Stethoscope and a pen on the doctor's table

Doctors are almost always on the line of criticism because some people look up to their profession and expect them to always do their important job perfectly. Over the years, doctors have been criticized not only by their colleagues, but also consumers, patients, and even politicians.

Mistakes would easily tarnish their image. For instance, in the ongoing Paragard lawsuits, doctors were not properly informed about the potential dangers of the device and how to possibly avoid those hazards. Unsurprisingly, aside from the pharmaceutical company who is at fault, they, too, were criticized for continuously recommending the product to women patients despite the claims of adverse effects made against it. 

Today’s article, however, talks about another doctor who was met with criticisms from his colleagues because of a rather unique and intriguing method of medication he suggested for his patients.

As COVID-19 cases and deaths surge in America, one San Antonio doctor is prescribing a head lice medicine which he believes is keeping his COVID-19 patients from being hospitalized. 

Doctor Believes Ivermectin is the Key

Doctor holding a bottle of ivermectin

Dr. Hoan Pho, who specializes in internal medicine,  maintains that when Ivermectin is mixed with other drugs, this medication works wonders for his patients who have contracted COVID-19. 

He points to a study proposing that the anti-parasitic medicine can get rid of the coronavirus within 48 hours in a laboratory setting. 

“It prevents COVID from replicating,” he said. “It also decreases the viral load.”

Dr.

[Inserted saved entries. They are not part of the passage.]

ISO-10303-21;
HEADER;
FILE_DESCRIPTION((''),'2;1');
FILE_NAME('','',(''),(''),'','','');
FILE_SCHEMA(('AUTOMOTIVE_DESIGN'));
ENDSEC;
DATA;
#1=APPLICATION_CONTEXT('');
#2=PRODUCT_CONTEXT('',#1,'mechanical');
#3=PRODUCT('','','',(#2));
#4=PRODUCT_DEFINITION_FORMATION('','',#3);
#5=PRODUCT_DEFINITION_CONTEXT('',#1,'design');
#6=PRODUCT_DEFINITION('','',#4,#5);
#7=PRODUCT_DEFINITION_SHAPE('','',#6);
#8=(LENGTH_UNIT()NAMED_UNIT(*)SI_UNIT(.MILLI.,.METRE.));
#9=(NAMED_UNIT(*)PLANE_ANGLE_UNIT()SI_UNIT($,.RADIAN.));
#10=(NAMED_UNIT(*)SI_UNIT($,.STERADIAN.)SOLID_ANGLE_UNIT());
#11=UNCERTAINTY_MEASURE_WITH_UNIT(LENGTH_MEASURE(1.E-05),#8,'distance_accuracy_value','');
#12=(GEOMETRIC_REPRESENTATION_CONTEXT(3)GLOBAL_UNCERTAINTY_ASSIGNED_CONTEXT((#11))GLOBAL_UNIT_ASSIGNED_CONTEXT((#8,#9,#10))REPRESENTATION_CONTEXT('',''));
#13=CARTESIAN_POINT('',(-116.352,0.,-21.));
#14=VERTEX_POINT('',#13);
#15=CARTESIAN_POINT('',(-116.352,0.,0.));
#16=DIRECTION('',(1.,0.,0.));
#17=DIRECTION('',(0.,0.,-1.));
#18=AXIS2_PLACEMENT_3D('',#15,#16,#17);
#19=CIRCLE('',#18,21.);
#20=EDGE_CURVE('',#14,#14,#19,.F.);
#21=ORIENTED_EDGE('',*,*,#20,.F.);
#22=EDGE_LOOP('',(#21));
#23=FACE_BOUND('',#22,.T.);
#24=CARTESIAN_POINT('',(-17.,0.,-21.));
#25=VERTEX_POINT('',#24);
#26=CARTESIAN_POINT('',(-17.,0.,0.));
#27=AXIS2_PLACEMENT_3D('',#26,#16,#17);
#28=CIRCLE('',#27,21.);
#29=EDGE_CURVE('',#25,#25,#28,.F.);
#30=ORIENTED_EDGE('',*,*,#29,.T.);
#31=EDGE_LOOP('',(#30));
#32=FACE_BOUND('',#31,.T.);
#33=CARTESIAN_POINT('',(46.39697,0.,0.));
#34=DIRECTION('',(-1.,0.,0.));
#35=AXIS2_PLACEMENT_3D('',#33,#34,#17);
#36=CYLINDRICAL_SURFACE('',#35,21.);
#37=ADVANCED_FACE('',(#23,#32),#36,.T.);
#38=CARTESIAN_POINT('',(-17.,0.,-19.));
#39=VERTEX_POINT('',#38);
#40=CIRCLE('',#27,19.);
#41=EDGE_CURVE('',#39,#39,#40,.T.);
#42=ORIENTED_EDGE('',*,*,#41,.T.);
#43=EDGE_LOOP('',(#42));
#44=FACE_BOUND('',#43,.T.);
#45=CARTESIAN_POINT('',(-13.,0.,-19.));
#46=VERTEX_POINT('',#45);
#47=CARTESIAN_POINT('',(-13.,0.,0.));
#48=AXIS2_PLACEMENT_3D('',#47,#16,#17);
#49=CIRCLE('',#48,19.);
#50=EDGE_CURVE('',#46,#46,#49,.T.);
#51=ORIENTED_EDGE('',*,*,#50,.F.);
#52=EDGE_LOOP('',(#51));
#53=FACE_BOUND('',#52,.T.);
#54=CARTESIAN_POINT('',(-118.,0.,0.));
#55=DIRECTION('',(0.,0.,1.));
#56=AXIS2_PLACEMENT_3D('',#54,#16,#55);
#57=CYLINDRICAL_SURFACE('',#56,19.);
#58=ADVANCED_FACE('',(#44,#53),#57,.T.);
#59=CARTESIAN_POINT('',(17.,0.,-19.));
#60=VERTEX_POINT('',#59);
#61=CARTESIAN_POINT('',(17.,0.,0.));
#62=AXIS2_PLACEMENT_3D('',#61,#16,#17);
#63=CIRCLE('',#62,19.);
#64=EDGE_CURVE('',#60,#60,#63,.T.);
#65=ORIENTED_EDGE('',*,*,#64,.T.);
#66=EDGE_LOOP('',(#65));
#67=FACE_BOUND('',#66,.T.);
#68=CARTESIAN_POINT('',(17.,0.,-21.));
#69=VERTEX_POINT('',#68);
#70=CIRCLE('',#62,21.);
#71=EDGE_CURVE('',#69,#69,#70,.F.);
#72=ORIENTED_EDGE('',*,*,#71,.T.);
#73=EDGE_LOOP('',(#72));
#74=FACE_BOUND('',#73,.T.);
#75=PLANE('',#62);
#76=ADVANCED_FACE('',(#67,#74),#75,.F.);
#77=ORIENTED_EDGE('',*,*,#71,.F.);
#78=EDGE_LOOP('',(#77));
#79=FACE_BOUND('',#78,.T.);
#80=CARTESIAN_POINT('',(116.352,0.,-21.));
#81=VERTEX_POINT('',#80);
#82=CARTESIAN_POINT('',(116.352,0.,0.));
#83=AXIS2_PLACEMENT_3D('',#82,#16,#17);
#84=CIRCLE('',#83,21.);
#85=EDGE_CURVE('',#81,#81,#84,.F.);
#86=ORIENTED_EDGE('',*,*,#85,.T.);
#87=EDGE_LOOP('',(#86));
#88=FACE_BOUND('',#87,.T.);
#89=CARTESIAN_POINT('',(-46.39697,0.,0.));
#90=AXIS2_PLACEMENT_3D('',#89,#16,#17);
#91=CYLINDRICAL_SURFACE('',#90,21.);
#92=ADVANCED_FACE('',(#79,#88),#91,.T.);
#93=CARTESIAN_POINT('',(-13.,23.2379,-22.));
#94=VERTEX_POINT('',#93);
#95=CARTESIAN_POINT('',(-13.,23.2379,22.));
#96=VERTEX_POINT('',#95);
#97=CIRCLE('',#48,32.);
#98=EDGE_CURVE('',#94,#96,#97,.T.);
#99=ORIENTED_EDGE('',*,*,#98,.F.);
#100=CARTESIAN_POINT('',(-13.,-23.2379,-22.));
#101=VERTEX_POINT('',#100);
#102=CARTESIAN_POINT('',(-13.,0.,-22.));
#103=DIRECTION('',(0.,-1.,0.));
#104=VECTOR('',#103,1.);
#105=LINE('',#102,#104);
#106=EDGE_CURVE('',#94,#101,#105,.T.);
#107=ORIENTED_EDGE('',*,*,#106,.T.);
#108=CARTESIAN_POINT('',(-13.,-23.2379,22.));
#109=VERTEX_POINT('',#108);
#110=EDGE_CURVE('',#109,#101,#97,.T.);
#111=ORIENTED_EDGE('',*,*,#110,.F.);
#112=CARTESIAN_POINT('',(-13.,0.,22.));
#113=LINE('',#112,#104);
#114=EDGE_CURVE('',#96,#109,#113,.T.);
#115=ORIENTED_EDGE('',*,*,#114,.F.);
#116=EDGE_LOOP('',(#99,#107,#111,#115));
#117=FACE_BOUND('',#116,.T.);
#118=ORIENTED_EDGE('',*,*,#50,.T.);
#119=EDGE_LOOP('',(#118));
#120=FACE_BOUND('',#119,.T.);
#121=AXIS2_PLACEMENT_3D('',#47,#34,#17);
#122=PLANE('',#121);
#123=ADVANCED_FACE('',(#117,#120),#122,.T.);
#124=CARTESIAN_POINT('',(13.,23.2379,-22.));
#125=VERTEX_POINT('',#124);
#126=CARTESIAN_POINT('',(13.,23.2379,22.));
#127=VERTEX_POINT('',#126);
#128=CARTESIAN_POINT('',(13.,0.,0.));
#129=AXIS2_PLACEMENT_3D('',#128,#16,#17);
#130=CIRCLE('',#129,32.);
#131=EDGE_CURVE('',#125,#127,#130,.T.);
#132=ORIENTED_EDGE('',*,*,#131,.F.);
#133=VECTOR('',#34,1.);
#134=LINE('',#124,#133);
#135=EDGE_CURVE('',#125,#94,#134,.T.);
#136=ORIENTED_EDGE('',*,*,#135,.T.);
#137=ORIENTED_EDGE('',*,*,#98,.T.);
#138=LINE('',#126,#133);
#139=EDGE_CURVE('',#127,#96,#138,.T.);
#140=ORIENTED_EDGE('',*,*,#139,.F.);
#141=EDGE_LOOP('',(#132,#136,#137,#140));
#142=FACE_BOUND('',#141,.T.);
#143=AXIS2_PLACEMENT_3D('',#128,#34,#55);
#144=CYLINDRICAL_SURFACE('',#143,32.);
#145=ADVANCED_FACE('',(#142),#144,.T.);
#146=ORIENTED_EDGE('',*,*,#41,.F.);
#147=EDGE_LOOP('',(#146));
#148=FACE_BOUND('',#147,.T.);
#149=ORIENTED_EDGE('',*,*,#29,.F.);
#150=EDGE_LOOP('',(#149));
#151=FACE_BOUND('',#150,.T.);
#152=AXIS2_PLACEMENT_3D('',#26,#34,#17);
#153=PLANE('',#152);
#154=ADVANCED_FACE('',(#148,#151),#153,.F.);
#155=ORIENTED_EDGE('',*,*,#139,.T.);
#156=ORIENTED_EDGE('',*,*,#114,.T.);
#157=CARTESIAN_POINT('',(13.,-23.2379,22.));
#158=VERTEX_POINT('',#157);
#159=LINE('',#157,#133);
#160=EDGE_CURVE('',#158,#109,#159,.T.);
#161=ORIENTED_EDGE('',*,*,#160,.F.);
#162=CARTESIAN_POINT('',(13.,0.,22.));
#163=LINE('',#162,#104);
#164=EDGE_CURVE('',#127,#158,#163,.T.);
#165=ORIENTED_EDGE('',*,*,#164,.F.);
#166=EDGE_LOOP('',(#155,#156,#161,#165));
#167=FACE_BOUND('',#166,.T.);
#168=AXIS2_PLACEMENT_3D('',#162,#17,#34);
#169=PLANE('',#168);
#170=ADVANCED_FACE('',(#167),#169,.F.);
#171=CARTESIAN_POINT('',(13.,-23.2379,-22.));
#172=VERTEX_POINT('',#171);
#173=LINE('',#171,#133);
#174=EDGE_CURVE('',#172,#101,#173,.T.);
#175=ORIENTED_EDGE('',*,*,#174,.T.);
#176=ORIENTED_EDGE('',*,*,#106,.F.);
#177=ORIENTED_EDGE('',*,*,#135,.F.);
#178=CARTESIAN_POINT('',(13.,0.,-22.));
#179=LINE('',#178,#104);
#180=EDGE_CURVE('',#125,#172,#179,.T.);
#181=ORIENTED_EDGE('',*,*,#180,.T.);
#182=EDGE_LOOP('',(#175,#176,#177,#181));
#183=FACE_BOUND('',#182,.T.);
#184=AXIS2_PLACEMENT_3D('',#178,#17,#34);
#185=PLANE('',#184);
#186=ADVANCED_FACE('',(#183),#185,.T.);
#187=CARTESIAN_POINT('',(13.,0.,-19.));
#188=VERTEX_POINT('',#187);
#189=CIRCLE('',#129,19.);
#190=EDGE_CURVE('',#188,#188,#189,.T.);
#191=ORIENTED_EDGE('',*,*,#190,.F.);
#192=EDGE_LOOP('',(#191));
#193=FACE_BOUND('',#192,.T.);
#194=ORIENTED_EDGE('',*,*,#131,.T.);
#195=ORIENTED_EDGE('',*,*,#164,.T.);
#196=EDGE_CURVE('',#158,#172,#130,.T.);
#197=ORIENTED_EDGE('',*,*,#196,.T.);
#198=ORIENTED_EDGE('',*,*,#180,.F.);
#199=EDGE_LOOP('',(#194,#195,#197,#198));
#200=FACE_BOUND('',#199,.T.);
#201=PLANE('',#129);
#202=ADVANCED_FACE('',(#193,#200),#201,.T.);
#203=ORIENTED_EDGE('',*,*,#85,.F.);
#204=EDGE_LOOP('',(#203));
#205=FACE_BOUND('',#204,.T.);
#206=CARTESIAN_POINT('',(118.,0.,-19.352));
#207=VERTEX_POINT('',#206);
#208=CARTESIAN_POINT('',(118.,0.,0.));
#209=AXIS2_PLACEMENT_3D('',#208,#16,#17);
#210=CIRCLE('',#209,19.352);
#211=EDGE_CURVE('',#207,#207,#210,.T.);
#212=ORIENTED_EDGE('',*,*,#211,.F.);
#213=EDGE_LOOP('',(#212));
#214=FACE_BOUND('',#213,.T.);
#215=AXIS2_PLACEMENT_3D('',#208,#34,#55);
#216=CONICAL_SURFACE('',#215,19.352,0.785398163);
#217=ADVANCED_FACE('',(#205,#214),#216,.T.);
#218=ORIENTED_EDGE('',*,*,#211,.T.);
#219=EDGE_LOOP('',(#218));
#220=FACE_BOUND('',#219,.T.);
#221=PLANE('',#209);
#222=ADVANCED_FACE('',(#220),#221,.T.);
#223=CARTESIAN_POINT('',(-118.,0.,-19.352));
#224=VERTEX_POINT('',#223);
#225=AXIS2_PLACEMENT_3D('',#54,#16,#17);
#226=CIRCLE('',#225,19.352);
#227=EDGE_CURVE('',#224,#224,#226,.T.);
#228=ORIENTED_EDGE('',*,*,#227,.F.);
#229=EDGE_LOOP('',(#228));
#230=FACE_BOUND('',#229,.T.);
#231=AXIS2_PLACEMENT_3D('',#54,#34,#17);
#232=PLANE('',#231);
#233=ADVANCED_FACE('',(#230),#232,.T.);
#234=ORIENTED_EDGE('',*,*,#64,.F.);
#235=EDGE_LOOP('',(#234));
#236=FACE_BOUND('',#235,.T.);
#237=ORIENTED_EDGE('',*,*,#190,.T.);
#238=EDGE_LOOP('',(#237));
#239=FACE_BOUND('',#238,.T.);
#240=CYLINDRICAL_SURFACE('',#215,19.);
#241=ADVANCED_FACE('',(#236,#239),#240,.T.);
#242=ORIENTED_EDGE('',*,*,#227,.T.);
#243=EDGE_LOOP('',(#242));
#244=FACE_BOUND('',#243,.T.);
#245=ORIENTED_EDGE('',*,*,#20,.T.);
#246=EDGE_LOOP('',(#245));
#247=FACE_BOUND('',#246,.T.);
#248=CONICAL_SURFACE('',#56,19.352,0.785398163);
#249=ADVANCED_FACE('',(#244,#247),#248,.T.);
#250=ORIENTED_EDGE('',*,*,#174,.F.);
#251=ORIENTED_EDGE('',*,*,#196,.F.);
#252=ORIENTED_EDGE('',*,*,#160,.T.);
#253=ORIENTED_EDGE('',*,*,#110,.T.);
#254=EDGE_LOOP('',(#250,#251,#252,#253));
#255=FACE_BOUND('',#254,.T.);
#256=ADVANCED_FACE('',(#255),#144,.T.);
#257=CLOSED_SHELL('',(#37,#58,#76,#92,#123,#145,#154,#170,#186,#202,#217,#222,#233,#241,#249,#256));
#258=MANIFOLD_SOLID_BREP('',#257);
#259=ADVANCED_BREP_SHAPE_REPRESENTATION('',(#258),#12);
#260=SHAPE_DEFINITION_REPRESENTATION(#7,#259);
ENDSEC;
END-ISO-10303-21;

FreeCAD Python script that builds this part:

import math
import FreeCAD as App
import Part
import Sketcher

V = App.Vector
Q = App.Units.Quantity


def edges_at(feature, points):
    """Names of the edges that pass closest to the given points."""
    edges = feature.Shape.Edges
    near = lambda p: min(range(len(edges)), key=lambda i: edges[i].distToShape(Part.Vertex(*p))[0])
    return sorted({f"Edge{near(p) + 1}" for p in points})

doc = App.newDocument("Part")
body = doc.addObject("PartDesign::Body", "Body")

# Sketch on YZ plane
sketch1 = doc.addObject("Sketcher::SketchObject", "Sketch")
body.addObject(sketch1)
sketch1.AttachmentSupport = (doc.YZ_Plane, [""])
sketch1.MapMode = "FlatFace"
sketch1.addGeometry([
    Part.LineSegment(V(-23.2379, -22, 0), V(23.2379, -22, 0)),
    Part.ArcOfCircle(Part.Circle(V(0, 0, 0), V(0, 0, 1), 32), math.radians(-43.432537), math.radians(43.432537)),
    Part.LineSegment(V(23.2379, 22, 0), V(-23.2379, 22, 0)),
    Part.ArcOfCircle(Part.Circle(V(0, 0, 0), V(0, 0, 1), 32), math.radians(136.567463), math.radians(223.432537)),
], False)
sketch1.addConstraint([
    Sketcher.Constraint("Coincident", 0, 2, 1, 1),
    Sketcher.Constraint("Coincident", 1, 2, 2, 1),
    Sketcher.Constraint("Coincident", 2, 2, 3, 1),
    Sketcher.Constraint("Coincident", 3, 2, 0, 1),
    Sketcher.Constraint("Horizontal", 0),
    Sketcher.Constraint("Horizontal", 2),
    Sketcher.Constraint("Coincident", 1, 3, -1, 1),
    Sketcher.Constraint("Coincident", 3, 3, -1, 1),
    Sketcher.Constraint("Equal", 1, 3),
    Sketcher.Constraint("Vertical", 0, 2, 1, 2),
    Sketcher.Constraint("Radius", 1, Q("32 mm")),
    Sketcher.Constraint("DistanceY", 0, 2, -1, 1, Q("22 mm")),
])
pad1 = doc.addObject("PartDesign::Pad", "Pad")
body.addObject(pad1)
pad1.Profile = sketch1
pad1.Length = 13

Pho started prescribing the drug to his patients last month. Ivermectin is widely available in the country and costs about $20. 

The doctor adds, “About 50-60 patients, there is no hospitalization. Nobody has gotten sicker and has required oxygen to be hospitalized.” 

He was also noted to say that half of those patients were over the age of 65. If they are sick with COVID, he prescribes ivermectin along with a bunch of other supplements and drugs, but he believes the main key to the formula is the ivermectin.

Pho expects that there are people, especially on the field, that will raise their eyebrows to his stories.

“There are going to be doubters out there listening to this story,” he said. “Many of my colleagues are going to question this. But I ask them to read the articles. Now, I feel confident that we have some improving and emerging medications to help the patients.”

Dr. Pho said that there are not much side effects, although a rash or a headache are the most common ones. He advises any patient to talk with their healthcare provider or doctor if they are ever interested in this kind of treatment. 

“I think we need to have more studies,” Dr. Pho adds. “We have to have bigger studies, bigger randomized controlled studies. But the data is there.

Where did all these Ivermectin-for-COVID buzz come from?

Bottles of ivermectin sealed inside a plastic

If you haven’t been living in a cave since the pandemic started, you must have heard a lot about ivermectin for the past few months. The idea did not originate with the San Antonio doctor.

The real reason you’ve been hearing more about ivermectin being linked to COVID lately? The Front Line COVID-19 Critical Care Alliance (FLCCC).

The group, which is led by three physicians, have posted on its website their own meta-analysis and review of the global ivermectin literature. 

In early December, these doctors called for a press conference, and one attended a Senate hearing on early treatments for COVID-19. 

The group maintains that ivermectin has a unique combination of anti-inflammatory and anti-viral properties which makes it useful in preventing early and late-stage illness.

Sounds ridiculous? FLCC Co-leader Paul Marik, MD, Eastern Virginia Medical School in Norfolk’s chief of pulmonary and critical care medicine, begs to differ. He co-authored the meta-analysis and review that’s solely based from studies outside of the U.S.

During a phone interview, Marik said: “People are dying. We treat patients at the bedside. We don’t have the ivory tower syndrome where you tell people what to do though you have no idea what you’re doing.”

Members of the FLCC, most of whom are critical care physicians, says more data is not necessary anymore and argues that it would be unethical to give patients placebo even if the safety of ivermectin has already been established. 

Unsurprisingly, these statements were met with raised eyebrows in the medical field. 

Does the FDA Support the idea of Ivermectin being a cure for COVID?

Photo of ivermectin bottles on the table

The short answer? The FDA says no. More testing is needed to prove this claim. 

Ivermectin is considered to be a harmless drug that is used to treat different types of parasitic infections in animals and humans, including lice, but is not approved by the FDA for other uses. 

According to the U.S. Food and Drug Administration’s website, the agency recognizes ivermectin has shown some effectiveness in a laboratory, but more testing is still needed to arrive at a conclusion, as the results obtained from the trials are still limited. 

In a statement, the FDA also said that it is “concerned about the health of consumers who may self-medicate by taking ivermectin products intended for animals, thinking they can be a substitute for ivermectin intended for humans.”

“People should never take animal drugs,” the FDA says. “These animal drugs can cause serious harm in people. People should never take any form of ivermectin unless it has been prescribed to them by a licensed health care provider and is obtained through a legitimate source.”